DIRECTIONS FOR THIS TASK: Using the material that follows, output exactly the lines from the one containing "#78=EDGE_LOOP('',(#77));" through the one containing "#94=ADVANCED_FACE('',(#89,#92),#93,.F.);", with both ends kept.
++++ EXERCISE MATERIALS
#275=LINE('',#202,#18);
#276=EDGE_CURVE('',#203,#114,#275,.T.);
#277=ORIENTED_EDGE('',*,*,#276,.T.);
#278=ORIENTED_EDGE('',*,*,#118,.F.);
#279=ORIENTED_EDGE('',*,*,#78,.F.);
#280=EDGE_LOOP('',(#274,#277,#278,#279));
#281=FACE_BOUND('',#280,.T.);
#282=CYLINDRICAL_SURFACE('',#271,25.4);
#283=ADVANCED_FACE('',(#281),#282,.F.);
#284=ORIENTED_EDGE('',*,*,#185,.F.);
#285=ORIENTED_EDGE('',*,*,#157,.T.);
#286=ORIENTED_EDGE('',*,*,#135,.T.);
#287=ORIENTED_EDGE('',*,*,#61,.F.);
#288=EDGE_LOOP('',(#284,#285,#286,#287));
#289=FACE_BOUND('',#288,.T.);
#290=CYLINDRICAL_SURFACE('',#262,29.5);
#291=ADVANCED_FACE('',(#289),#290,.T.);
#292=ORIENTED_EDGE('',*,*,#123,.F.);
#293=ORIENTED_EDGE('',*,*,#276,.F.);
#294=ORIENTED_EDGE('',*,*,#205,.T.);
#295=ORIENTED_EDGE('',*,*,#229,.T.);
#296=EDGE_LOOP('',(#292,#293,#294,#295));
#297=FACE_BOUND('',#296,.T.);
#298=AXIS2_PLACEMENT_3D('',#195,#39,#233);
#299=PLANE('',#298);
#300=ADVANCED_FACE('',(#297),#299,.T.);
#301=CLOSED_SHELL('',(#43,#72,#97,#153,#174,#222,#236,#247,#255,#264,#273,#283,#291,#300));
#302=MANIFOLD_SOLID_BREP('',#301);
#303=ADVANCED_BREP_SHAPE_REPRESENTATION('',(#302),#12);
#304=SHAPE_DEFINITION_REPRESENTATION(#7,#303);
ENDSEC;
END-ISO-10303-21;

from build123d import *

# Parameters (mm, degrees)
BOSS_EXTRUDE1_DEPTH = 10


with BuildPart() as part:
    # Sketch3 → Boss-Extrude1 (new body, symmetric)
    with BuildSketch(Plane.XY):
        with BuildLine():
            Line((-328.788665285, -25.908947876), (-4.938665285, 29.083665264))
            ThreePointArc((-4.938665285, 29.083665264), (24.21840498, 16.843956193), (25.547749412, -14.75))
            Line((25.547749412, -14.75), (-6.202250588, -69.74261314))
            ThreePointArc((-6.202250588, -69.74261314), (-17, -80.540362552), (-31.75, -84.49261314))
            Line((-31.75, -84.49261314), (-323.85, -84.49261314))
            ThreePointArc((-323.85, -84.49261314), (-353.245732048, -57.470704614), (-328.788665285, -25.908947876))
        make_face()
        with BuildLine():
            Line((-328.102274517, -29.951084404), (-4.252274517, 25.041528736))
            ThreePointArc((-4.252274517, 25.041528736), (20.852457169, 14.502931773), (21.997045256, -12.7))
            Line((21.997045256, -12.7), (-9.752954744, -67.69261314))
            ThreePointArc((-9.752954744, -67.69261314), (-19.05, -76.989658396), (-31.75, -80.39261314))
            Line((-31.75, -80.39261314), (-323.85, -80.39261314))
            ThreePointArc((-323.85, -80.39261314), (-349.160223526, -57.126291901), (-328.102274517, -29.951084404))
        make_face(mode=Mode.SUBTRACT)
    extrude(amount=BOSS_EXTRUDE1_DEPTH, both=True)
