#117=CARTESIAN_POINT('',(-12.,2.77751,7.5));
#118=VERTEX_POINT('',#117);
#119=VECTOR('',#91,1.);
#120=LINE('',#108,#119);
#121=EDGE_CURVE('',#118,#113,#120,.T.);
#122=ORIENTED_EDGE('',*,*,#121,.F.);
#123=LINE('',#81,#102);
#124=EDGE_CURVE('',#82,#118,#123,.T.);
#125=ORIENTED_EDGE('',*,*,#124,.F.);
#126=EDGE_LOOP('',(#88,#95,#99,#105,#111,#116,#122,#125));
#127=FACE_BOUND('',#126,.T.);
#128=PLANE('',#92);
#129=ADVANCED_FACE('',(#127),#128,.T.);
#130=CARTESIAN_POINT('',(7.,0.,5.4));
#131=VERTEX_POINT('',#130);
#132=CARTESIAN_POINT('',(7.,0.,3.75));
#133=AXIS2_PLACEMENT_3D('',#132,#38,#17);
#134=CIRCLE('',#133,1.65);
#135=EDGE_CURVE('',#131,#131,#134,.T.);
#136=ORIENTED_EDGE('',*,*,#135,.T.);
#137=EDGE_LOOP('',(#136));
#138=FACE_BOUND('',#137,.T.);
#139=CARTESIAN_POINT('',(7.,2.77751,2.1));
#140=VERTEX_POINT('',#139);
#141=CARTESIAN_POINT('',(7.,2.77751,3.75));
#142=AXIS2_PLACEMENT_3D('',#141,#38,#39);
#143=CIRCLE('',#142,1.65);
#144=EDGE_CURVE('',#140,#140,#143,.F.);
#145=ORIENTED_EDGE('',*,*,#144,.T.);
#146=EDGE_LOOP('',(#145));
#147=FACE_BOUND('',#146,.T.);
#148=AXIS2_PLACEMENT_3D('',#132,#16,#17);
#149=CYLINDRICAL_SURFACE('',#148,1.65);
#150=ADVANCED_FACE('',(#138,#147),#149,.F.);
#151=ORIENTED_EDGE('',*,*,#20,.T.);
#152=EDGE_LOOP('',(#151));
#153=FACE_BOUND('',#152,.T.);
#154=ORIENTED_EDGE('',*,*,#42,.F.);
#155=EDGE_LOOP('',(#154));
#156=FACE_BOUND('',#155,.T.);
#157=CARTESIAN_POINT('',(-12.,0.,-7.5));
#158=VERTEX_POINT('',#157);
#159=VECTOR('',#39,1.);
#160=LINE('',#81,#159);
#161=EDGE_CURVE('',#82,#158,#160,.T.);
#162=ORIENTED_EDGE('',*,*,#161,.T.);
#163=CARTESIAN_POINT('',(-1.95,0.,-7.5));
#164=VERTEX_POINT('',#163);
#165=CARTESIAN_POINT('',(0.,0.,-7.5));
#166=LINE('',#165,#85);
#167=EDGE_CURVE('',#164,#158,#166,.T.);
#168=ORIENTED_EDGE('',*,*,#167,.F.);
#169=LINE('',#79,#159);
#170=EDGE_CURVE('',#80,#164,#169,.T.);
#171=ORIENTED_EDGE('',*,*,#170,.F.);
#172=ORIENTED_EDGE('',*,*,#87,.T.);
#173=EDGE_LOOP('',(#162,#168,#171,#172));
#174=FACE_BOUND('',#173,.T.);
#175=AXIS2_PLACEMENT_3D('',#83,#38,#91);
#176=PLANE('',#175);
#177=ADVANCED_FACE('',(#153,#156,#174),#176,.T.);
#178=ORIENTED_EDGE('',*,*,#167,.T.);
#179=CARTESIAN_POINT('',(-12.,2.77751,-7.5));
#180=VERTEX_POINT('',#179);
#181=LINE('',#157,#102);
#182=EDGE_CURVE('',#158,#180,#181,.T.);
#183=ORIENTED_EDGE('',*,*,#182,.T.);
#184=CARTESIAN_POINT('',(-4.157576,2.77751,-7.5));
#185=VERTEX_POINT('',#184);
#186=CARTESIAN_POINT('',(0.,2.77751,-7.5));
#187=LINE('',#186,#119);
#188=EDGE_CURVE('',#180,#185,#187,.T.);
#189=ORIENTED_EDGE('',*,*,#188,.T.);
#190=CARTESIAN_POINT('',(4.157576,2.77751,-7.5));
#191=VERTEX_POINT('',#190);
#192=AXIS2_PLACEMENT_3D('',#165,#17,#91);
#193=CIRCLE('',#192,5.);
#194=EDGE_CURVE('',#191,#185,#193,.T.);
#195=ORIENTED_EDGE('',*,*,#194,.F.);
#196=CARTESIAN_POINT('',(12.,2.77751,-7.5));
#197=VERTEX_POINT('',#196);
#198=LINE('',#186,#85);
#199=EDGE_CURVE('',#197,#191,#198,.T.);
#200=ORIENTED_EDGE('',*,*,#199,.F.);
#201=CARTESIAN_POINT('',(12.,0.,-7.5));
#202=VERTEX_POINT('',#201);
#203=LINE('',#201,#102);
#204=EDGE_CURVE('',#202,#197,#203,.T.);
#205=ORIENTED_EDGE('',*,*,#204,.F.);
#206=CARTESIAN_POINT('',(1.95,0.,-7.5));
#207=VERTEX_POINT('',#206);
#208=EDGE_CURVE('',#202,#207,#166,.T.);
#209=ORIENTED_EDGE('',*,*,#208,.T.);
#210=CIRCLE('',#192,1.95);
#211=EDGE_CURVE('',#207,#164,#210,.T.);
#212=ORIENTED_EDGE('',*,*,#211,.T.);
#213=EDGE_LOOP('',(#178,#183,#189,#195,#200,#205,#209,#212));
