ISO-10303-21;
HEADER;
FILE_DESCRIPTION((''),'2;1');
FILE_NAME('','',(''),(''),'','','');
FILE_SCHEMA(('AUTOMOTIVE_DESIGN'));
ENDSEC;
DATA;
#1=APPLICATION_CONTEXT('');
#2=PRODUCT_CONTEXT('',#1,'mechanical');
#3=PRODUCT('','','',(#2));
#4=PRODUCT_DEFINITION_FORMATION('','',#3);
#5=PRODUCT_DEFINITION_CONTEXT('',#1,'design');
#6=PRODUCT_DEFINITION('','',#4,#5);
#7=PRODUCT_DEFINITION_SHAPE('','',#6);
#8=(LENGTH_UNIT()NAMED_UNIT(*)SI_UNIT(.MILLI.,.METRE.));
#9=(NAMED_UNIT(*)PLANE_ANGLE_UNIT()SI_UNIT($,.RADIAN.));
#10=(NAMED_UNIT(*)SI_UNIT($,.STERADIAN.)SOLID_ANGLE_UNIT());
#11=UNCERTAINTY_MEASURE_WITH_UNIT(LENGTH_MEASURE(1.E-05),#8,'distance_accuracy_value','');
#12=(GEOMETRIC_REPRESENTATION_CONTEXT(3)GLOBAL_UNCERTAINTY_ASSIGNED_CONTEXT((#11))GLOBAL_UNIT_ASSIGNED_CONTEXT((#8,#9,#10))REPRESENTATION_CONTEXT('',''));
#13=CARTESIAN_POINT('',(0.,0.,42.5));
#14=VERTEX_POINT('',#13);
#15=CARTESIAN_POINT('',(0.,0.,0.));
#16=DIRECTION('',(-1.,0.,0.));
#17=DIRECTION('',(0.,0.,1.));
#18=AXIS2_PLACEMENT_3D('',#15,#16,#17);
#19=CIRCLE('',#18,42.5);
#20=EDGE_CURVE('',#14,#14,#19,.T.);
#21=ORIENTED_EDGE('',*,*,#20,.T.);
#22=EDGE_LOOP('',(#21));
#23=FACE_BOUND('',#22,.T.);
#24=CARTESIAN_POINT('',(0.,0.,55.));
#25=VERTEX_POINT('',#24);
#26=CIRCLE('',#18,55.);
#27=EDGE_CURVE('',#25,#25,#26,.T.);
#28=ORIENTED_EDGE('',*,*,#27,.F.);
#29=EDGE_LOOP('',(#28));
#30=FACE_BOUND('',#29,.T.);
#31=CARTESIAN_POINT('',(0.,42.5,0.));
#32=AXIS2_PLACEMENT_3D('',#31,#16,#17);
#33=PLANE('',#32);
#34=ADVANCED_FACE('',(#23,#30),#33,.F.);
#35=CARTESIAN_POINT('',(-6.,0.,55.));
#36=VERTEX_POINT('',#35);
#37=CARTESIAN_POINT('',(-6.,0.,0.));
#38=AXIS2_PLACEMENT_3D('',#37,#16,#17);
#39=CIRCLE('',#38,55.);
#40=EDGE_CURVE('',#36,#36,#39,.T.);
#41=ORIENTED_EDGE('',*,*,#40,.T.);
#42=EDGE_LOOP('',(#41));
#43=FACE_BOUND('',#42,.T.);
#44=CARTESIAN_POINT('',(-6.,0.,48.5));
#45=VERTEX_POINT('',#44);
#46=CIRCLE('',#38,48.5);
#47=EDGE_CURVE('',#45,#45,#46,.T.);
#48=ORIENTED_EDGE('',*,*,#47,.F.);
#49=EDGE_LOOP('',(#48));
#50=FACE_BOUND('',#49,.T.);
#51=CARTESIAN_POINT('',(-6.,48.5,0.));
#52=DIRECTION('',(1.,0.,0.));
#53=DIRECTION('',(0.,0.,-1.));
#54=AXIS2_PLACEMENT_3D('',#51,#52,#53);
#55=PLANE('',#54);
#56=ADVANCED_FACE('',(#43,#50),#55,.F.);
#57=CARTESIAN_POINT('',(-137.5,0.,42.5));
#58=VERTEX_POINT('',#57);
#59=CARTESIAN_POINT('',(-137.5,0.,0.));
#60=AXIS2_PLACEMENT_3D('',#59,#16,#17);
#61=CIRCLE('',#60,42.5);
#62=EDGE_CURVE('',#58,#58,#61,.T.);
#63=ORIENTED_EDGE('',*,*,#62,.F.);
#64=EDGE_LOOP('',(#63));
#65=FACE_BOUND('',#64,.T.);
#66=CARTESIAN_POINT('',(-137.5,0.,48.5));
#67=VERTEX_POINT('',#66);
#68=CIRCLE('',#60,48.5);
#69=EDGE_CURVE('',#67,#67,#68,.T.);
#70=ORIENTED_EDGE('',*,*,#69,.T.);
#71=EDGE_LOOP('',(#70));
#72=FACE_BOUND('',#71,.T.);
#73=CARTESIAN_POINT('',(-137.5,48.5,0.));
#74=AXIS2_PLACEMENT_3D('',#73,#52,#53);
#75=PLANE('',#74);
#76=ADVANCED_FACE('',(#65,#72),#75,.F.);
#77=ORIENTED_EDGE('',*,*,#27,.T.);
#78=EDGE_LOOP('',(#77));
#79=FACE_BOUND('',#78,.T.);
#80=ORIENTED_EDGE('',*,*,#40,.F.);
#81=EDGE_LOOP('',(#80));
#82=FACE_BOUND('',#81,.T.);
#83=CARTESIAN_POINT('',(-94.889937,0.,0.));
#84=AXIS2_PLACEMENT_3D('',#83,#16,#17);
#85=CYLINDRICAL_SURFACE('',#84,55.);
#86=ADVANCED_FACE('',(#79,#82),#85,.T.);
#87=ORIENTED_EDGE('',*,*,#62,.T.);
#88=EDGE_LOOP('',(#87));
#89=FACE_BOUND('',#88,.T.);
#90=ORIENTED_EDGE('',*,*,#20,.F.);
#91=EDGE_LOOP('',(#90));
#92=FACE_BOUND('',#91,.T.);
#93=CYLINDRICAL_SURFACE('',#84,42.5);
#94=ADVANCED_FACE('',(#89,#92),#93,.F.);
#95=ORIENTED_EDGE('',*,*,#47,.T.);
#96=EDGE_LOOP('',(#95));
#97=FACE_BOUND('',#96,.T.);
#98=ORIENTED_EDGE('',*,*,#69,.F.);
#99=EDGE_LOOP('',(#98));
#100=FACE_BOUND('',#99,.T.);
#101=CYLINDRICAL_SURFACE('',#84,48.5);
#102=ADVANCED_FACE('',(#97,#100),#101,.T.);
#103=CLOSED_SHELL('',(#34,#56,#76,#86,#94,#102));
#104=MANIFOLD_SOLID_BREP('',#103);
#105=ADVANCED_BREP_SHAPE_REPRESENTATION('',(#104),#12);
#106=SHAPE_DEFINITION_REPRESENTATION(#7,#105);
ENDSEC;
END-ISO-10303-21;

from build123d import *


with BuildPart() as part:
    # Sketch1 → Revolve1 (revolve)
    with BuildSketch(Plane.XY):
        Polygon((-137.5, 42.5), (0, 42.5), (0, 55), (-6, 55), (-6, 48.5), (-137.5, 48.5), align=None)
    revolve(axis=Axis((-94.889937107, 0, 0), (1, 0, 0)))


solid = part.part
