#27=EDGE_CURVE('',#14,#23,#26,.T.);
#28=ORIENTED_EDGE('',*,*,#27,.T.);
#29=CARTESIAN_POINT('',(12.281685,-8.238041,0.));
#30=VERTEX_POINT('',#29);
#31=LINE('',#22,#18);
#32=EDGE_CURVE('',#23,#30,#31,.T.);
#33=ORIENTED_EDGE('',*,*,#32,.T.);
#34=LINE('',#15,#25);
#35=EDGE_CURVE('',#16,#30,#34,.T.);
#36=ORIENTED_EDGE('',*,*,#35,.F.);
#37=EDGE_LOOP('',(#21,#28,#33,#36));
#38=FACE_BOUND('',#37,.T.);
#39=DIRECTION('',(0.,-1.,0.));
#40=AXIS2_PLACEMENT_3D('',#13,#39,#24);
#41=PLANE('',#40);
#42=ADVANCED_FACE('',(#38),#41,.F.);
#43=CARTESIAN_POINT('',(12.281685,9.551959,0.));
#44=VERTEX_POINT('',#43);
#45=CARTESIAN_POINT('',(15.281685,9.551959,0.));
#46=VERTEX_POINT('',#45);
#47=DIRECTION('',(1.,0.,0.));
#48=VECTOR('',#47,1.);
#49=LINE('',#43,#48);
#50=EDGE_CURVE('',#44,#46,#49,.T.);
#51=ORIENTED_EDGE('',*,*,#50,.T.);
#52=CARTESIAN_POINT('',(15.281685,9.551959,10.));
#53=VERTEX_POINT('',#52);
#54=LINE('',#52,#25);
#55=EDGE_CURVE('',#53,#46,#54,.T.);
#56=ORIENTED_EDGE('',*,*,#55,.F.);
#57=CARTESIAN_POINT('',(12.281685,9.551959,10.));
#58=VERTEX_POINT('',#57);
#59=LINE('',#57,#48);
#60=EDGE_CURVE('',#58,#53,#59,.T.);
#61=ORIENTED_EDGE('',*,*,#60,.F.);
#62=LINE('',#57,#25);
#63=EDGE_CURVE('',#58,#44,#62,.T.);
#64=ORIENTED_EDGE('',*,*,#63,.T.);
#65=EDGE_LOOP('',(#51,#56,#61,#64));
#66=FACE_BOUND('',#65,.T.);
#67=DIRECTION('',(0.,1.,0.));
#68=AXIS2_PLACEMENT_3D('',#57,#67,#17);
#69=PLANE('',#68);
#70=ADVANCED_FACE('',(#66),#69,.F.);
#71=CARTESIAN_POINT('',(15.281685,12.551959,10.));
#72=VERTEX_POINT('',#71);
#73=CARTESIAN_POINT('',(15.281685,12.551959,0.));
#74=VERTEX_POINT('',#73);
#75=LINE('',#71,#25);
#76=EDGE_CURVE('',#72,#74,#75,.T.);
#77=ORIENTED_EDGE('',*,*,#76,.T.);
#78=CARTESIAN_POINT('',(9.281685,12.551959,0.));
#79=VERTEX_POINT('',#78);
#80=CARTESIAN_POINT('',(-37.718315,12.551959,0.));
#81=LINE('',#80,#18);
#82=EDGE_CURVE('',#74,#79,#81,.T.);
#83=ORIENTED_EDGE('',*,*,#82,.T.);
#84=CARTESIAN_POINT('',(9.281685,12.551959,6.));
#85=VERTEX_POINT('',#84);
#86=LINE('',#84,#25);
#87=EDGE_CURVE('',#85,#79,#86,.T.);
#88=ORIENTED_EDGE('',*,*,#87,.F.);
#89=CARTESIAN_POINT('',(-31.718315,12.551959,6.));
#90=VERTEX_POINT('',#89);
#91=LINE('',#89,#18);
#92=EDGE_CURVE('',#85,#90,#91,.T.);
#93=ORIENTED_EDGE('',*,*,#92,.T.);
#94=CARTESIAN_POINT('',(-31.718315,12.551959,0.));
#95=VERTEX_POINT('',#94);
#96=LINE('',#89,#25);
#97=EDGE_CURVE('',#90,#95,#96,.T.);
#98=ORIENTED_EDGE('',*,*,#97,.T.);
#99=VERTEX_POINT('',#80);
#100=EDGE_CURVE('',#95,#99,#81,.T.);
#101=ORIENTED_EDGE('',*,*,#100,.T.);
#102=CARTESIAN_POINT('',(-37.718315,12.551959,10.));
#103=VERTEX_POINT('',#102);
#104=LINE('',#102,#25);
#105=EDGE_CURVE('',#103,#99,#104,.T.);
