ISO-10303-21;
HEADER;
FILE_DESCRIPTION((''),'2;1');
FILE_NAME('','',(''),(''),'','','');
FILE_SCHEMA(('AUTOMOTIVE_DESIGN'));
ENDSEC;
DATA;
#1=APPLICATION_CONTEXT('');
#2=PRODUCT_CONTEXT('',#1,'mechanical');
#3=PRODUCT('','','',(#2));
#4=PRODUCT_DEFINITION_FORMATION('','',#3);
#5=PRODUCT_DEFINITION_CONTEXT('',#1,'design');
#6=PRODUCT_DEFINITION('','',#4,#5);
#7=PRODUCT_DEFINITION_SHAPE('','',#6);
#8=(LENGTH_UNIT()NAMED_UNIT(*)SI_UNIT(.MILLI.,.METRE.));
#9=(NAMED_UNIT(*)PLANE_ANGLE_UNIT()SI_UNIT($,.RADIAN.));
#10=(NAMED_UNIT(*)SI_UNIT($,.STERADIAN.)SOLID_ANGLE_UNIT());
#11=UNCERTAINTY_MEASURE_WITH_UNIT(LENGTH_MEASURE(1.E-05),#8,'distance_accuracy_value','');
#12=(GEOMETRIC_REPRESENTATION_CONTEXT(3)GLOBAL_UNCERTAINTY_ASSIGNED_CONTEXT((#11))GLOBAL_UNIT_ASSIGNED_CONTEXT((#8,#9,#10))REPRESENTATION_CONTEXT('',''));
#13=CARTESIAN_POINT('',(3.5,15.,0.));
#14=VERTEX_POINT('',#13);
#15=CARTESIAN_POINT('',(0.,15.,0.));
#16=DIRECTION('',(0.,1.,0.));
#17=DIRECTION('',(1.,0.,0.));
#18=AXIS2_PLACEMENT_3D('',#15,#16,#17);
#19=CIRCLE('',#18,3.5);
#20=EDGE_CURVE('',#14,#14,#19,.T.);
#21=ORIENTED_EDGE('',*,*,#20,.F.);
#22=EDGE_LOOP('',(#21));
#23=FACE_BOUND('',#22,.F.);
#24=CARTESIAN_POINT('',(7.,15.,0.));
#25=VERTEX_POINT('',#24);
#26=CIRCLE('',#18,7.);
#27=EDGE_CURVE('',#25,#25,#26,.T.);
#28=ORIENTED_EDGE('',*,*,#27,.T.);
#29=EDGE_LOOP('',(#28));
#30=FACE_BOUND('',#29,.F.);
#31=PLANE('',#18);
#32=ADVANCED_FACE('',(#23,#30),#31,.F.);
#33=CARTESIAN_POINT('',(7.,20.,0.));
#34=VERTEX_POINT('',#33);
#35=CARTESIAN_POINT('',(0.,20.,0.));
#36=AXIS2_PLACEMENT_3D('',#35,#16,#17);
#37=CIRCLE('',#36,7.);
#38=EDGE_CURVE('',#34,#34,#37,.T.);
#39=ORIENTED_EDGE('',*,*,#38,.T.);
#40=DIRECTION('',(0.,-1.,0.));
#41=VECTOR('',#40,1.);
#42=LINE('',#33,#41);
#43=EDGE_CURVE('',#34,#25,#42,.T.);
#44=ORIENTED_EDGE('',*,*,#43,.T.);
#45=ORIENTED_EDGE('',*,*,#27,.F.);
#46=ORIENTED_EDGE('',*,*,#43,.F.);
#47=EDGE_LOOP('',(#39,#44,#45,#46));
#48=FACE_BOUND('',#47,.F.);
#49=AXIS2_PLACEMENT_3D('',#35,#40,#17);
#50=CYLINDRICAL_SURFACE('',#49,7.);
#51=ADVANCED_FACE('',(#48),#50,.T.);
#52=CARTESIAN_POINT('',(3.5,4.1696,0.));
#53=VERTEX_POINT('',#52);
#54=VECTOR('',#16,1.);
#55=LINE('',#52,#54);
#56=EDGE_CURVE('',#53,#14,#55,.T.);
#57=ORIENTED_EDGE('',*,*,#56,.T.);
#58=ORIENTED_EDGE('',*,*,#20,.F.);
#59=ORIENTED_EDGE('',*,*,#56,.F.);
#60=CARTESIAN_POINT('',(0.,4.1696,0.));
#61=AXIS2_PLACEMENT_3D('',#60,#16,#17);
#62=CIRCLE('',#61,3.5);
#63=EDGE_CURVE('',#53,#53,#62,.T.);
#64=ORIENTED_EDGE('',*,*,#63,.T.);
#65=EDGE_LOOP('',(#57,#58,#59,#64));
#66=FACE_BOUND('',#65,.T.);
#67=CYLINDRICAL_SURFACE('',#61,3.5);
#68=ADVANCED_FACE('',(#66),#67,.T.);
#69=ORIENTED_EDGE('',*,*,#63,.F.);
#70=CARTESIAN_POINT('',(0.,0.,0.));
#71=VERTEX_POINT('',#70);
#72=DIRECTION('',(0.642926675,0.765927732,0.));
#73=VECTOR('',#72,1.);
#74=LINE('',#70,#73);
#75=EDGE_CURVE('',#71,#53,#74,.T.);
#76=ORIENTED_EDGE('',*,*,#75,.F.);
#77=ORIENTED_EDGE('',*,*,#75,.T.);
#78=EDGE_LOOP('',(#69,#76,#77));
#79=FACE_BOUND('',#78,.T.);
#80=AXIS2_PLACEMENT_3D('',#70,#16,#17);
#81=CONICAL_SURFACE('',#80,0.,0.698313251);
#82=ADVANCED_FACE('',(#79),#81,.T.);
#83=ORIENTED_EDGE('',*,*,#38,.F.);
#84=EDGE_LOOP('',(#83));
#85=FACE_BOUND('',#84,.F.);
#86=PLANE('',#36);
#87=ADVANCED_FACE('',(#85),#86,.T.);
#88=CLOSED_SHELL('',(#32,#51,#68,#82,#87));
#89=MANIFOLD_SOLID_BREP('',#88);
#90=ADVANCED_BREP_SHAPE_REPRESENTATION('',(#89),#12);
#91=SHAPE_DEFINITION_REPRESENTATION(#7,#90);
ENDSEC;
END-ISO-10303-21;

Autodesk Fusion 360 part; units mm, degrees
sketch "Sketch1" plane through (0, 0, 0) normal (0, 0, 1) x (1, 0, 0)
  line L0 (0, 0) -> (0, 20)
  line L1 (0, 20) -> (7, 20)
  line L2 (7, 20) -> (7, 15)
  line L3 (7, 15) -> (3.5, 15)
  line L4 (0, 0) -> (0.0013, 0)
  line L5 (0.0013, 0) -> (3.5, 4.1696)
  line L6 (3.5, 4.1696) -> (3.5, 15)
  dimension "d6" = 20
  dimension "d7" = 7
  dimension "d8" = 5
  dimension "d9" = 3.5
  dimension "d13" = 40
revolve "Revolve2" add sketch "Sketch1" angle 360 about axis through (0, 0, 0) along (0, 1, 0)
++++++++
OUTPUT OF THE TASK:
#78=EDGE_LOOP('',(#77));
#79=FACE_BOUND('',#78,.T.);
#80=ORIENTED_EDGE('',*,*,#40,.F.);
#81=EDGE_LOOP('',(#80));
#82=FACE_BOUND('',#81,.T.);
#83=CARTESIAN_POINT('',(-94.889937,0.,0.));
#84=AXIS2_PLACEMENT_3D('',#83,#16,#17);
#85=CYLINDRICAL_SURFACE('',#84,55.);
#86=ADVANCED_FACE('',(#79,#82),#85,.T.);
#87=ORIENTED_EDGE('',*,*,#62,.T.);
#88=EDGE_LOOP('',(#87));
#89=FACE_BOUND('',#88,.T.);
#90=ORIENTED_EDGE('',*,*,#20,.F.);
#91=EDGE_LOOP('',(#90));
#92=FACE_BOUND('',#91,.T.);
#93=CYLINDRICAL_SURFACE('',#84,42.5);
#94=ADVANCED_FACE('',(#89,#92),#93,.F.);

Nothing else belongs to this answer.